Scientists have identified an association between variants in the APOL1 gene and two measures of the severity of kidney disease in African Americans. In two separate studies, they found that APOL1 gene variants are associated with the rate of decline in kidney function in African Americans and also with the age at which individuals begin hemodialysis to treat kidney failure.

These studies build on information learned over the past few years about the contribution of genetic factors to the increased risk of kidney disease in this population. Previous studies have shown that African Americans with two copies of certain variants of the APOL1 gene are at increased risk of developing kidney disease. Indeed, these two variants, termed G1 and G2, are believed to explain much of the increased risk of non-diabetic kidney disease in this population. 

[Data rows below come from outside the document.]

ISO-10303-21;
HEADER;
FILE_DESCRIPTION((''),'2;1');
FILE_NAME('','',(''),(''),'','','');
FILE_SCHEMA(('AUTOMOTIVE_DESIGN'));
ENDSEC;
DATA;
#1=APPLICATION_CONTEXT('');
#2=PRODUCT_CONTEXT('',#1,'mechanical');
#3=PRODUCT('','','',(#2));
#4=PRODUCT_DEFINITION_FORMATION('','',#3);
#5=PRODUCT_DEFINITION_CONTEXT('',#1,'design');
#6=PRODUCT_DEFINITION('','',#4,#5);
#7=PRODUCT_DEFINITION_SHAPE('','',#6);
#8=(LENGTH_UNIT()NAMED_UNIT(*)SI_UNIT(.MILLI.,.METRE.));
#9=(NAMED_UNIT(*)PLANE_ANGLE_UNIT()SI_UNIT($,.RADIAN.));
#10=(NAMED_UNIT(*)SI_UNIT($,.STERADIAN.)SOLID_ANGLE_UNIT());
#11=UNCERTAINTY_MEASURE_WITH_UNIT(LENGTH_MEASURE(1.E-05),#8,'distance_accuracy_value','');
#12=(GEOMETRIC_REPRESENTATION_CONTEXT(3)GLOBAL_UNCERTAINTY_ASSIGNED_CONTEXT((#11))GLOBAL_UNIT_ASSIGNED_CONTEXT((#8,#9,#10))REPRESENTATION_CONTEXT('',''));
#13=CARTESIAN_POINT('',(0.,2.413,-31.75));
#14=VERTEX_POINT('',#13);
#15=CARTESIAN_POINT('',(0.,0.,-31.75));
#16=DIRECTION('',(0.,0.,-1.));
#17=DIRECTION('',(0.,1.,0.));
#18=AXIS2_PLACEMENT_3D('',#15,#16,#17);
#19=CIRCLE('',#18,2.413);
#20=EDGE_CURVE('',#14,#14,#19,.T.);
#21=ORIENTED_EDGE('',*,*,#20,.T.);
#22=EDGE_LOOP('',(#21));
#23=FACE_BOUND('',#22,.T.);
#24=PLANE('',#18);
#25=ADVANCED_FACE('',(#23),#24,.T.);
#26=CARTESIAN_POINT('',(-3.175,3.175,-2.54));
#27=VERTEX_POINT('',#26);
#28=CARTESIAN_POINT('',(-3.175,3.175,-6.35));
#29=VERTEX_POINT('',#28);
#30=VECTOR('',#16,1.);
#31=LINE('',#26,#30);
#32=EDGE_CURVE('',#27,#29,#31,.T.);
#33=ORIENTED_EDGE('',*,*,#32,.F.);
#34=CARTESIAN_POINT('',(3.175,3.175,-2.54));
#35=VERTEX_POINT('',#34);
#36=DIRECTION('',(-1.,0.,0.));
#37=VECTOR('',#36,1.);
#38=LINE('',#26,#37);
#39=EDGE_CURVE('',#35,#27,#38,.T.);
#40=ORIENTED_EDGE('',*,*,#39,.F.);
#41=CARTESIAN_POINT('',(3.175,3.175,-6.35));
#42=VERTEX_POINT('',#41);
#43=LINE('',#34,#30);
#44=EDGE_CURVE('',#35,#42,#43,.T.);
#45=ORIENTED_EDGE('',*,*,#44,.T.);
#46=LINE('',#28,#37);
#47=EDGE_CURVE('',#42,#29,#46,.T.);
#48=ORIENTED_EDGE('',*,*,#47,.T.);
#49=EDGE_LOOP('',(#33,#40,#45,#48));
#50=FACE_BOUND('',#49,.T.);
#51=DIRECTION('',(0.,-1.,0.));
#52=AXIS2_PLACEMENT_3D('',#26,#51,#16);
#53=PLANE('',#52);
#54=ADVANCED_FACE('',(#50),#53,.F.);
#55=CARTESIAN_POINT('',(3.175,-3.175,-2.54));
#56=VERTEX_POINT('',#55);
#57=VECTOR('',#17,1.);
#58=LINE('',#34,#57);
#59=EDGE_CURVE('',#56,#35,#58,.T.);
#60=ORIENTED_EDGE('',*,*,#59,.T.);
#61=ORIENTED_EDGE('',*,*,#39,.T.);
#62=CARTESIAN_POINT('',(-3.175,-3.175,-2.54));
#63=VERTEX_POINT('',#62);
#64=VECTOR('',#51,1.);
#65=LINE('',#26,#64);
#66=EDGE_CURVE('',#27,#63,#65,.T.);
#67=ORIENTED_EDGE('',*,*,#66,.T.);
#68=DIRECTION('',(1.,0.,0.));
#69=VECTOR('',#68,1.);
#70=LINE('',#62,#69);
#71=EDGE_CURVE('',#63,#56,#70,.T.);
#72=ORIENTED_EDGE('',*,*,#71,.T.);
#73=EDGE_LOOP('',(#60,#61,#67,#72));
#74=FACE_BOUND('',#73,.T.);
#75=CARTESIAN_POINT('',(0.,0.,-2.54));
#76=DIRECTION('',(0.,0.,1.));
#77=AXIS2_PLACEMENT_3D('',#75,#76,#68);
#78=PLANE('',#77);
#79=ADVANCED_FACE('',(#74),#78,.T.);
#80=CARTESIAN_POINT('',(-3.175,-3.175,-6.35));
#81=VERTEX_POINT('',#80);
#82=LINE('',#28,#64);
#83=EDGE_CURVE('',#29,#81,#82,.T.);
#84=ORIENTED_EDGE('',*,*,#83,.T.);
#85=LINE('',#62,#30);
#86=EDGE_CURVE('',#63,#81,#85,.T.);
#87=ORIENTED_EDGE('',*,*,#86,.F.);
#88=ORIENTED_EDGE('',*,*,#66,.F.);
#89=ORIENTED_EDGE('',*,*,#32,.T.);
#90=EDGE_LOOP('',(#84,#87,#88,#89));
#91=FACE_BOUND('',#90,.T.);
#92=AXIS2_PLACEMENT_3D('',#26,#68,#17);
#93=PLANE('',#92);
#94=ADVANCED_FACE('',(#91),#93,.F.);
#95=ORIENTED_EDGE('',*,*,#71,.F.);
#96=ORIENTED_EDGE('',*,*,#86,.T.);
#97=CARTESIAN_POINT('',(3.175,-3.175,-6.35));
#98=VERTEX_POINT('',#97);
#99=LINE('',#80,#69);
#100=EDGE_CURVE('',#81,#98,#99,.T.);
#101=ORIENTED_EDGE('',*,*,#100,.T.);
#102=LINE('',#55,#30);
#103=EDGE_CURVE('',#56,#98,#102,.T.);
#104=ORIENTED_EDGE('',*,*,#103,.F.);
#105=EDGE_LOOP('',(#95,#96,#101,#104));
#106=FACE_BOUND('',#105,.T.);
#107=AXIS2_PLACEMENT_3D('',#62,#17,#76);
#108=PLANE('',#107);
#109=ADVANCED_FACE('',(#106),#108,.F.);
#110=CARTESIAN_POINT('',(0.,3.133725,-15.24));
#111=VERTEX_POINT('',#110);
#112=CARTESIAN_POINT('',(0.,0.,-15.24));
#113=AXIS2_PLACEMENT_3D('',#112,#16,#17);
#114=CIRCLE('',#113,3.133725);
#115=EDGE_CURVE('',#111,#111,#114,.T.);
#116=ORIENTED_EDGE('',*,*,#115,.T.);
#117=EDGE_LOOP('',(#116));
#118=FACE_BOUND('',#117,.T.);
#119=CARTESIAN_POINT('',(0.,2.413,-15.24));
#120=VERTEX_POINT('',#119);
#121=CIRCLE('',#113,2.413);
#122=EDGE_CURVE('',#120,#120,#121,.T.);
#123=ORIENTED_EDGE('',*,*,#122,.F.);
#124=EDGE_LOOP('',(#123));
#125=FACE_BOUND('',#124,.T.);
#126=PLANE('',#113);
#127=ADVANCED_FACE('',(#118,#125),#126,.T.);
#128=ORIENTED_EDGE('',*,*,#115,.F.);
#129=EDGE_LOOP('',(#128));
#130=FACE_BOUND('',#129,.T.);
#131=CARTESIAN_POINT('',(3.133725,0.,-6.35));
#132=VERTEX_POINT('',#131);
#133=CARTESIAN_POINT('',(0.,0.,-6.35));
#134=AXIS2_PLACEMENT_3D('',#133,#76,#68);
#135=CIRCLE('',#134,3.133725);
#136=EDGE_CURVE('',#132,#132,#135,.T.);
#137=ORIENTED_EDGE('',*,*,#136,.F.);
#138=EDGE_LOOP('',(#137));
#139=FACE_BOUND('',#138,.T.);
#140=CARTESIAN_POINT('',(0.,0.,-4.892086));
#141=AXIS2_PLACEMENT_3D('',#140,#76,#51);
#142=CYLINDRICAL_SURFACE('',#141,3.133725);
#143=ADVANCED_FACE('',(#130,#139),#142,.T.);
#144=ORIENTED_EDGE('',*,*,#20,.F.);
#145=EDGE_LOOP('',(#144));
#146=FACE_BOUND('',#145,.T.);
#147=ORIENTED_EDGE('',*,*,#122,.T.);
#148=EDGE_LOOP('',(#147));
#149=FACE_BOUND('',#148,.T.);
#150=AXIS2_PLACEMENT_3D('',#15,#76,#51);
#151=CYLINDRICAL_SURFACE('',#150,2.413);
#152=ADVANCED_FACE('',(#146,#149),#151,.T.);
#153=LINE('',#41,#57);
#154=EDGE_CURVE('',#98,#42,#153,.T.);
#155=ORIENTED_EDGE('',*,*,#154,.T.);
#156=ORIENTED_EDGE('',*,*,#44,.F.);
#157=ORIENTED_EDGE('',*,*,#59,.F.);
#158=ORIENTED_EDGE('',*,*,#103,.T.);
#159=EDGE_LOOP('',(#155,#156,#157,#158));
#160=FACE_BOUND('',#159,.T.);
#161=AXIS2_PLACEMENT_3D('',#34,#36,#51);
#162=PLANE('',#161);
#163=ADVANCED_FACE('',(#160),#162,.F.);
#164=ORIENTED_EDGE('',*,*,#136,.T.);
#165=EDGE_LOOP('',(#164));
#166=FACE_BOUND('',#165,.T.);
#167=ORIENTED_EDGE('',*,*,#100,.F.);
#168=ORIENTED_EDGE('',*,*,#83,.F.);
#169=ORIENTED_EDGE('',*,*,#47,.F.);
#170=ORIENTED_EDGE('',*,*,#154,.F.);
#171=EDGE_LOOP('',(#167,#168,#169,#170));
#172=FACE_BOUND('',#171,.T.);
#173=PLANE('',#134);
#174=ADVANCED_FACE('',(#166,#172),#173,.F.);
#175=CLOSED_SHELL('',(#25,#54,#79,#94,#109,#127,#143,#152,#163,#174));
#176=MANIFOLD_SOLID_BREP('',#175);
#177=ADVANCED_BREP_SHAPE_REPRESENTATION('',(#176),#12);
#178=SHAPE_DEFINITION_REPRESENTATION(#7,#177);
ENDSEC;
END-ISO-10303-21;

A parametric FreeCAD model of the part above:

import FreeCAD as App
import Part
import Sketcher

V = App.Vector
Q = App.Units.Quantity


def add_polygon(sketch, points):
    """Adds a closed chain of lines whose ends are joined by coincident constraints."""
    first, n = sketch.GeometryCount, len(points)
    for a, b in zip(points, points[1:] + points[:1]):
        sketch.addGeometry(Part.LineSegment(App.Vector(*a, 0), App.Vector(*b, 0)), False)
    for i in range(n):
        sketch.addConstraint(Sketcher.Constraint("Coincident", first + i, 2, first + (i + 1) % n, 1))

doc = App.newDocument("Part")
params = doc.addObject("Spreadsheet::Sheet", "Params")
for row, (alias, value) in enumerate([
    ("sketch1_height", "0.5 in"),
    ("sketch1_width", "0.085 in"),
    ("sketch1_height2", "0.247 in"),
    ("revolution_angle", "360 deg"),
    ("pocket1_length", "1.147 in"),
    ("sketch3_diameter", "0.19 in"),
    ("pad1_length", "0.65 in"),
    ("sketch4_diameter", "0.37 in"),
    ("pocket2_length", "0.25 in"),
    ("sketch5_width", "0.25 in"),
    ("pad2_length", "0.15 in"),
], start=1):
    params.set(f"A{row}", alias)
    params.set(f"B{row}", "=" + value)
    params.setAlias(f"B{row}", alias)

body = doc.addObject("PartDesign::Body", "Body")

# Sketch on YZ plane
sketch1 = body.newObject("Sketcher::SketchObject", "Sketch")
sketch1.AttachmentSupport = (doc.getObject("YZ_Plane"), [""])
sketch1.MapMode = "FlatFace"
add_polygon(sketch1, [(0, -44.3738), (2.159, -44.3738), (3.123565, -43.409235), (3.123565, -25.3238), (3.133725, -18.9738), (3.133725, -6.2738), (4.699, -6.2738), (4.699, 0), (0, 0)])  # lines 0-8
sketch1.addConstraint(Sketcher.Constraint("Horizontal", 0))
sketch1.addConstraint(Sketcher.Constraint("Vertical", 2))
sketch1.addConstraint(Sketcher.Constraint("Vertical", 4))
sketch1.addConstraint(Sketcher.Constraint("Horizontal", 5))
sketch1.addConstraint(Sketcher.Constraint("Vertical", 6))
sketch1.addConstraint(Sketcher.Constraint("Horizontal", 7))
sketch1.addConstraint(Sketcher.Constraint("Vertical", 8))
sketch1.addConstraint(Sketcher.Constraint("Coincident", 7, 2, -1, 1))
sketch1.addConstraint(Sketcher.Constraint("DistanceY", 4, 1, 4, 2, Q("0.5 in")))
sketch1.addConstraint(Sketcher.Constraint("Angle", 1, Q("45 deg")))
sketch1.addConstraint(Sketcher.Constraint("DistanceY", 0, 2, 3, 2, Q("1 in")))
sketch1.addConstraint(Sketcher.Constraint("DistanceX", 0, 2, 5, 2, Q("0.1 in")))
sketch1.addConstraint(Sketcher.Constraint("DistanceX", 0, 1, 0, 2, Q("0.085 in")))
sketch1.addConstraint(Sketcher.Constraint("DistanceY", 6, 1, 6, 2, Q("0.247 in")))
sketch1.addConstraint(Sketcher.Constraint("DistanceY", 0, 2, 2, 2, Q("0.75 in")))
sketch1.addConstraint(Sketcher.Constraint("DistanceX", 2, 2, 3, 2, Q("0.0004 in")))
sketch1.addConstraint(Sketcher.Constraint("Distance", 1, 1.364101))
sketch1.setExpression("Constraints[17]", "Params.sketch1_height")
sketch1.setExpression("Constraints[21]", "Params.sketch1_width")
sketch1.setExpression("Constraints[22]", "Params.sketch1_height2")
revolution = body.newObject("PartDesign::Revolution", "Revolution")
revolution.Profile = sketch1
revolution.ReferenceAxis = (sketch1, ["V_Axis"])
revolution.setExpression("Angle", "Params.revolution_angle")

# Sketch on XY plane
sketch2 = body.newObject("Sketcher::SketchObject", "Sketch001")
sketch2.AttachmentSupport = (doc.getObject("XY_Plane"), [""])
sketch2.MapMode = "FlatFace"
sketch2.AttachmentOffset = App.Placement(V(0, 0, -1.747 * 25.4), App.Rotation())
sketch2.addGeometry(Part.Circle(V(0, 0, 0), V(0, 0, 1), 3.6875), False)
sketch2.addConstraint(Sketcher.Constraint("Coincident", 0, 3, -1, 1))
sketch2.addConstraint(Sketcher.Constraint("Diameter", 0, 7.375))
pocket1 = body.newObject("PartDesign::Pocket", "Pocket")
pocket1.Profile = sketch2
pocket1.setExpression("Length", "Params.pocket1_length")
pocket1.Reversed = True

One study examined biosamples from participants in the African American Study of Kidney Disease and Hypertension (AASK). The AASK study enrolled African American patients with mild kidney disease due to hypertension and found that treatment with an angiotensin converting enzyme inhibitor was better than two other drug options at slowing kidney disease progression. The investigators asked whether APOL1 and other gene variants were associated with an increased risk of worsening kidney disease in 700 AASK participants. They analyzed archived DNA samples and found that the presence of the G1 variant of the APOL1 gene was associated with a faster decline of kidney function compared to study participants without this variant.

Another study examined over 400 African Americans with kidney failure and asked whether the presence of 1 or 2 copies of either APOL1 variant was associated with a younger age at which the participants began hemodialysis, a therapy used to cleanse the blood of waste products and excess fluids and salts when the kidneys no longer function. The researchers found that African Americans with two copies of the G1 variant began hemodialysis at a significantly younger age (approximately 49 years old) than those with 1 copy of the variant (about 56 years old). People with 2 normal copies of the APOL1 gene began hemodialysis at around 62 years of age.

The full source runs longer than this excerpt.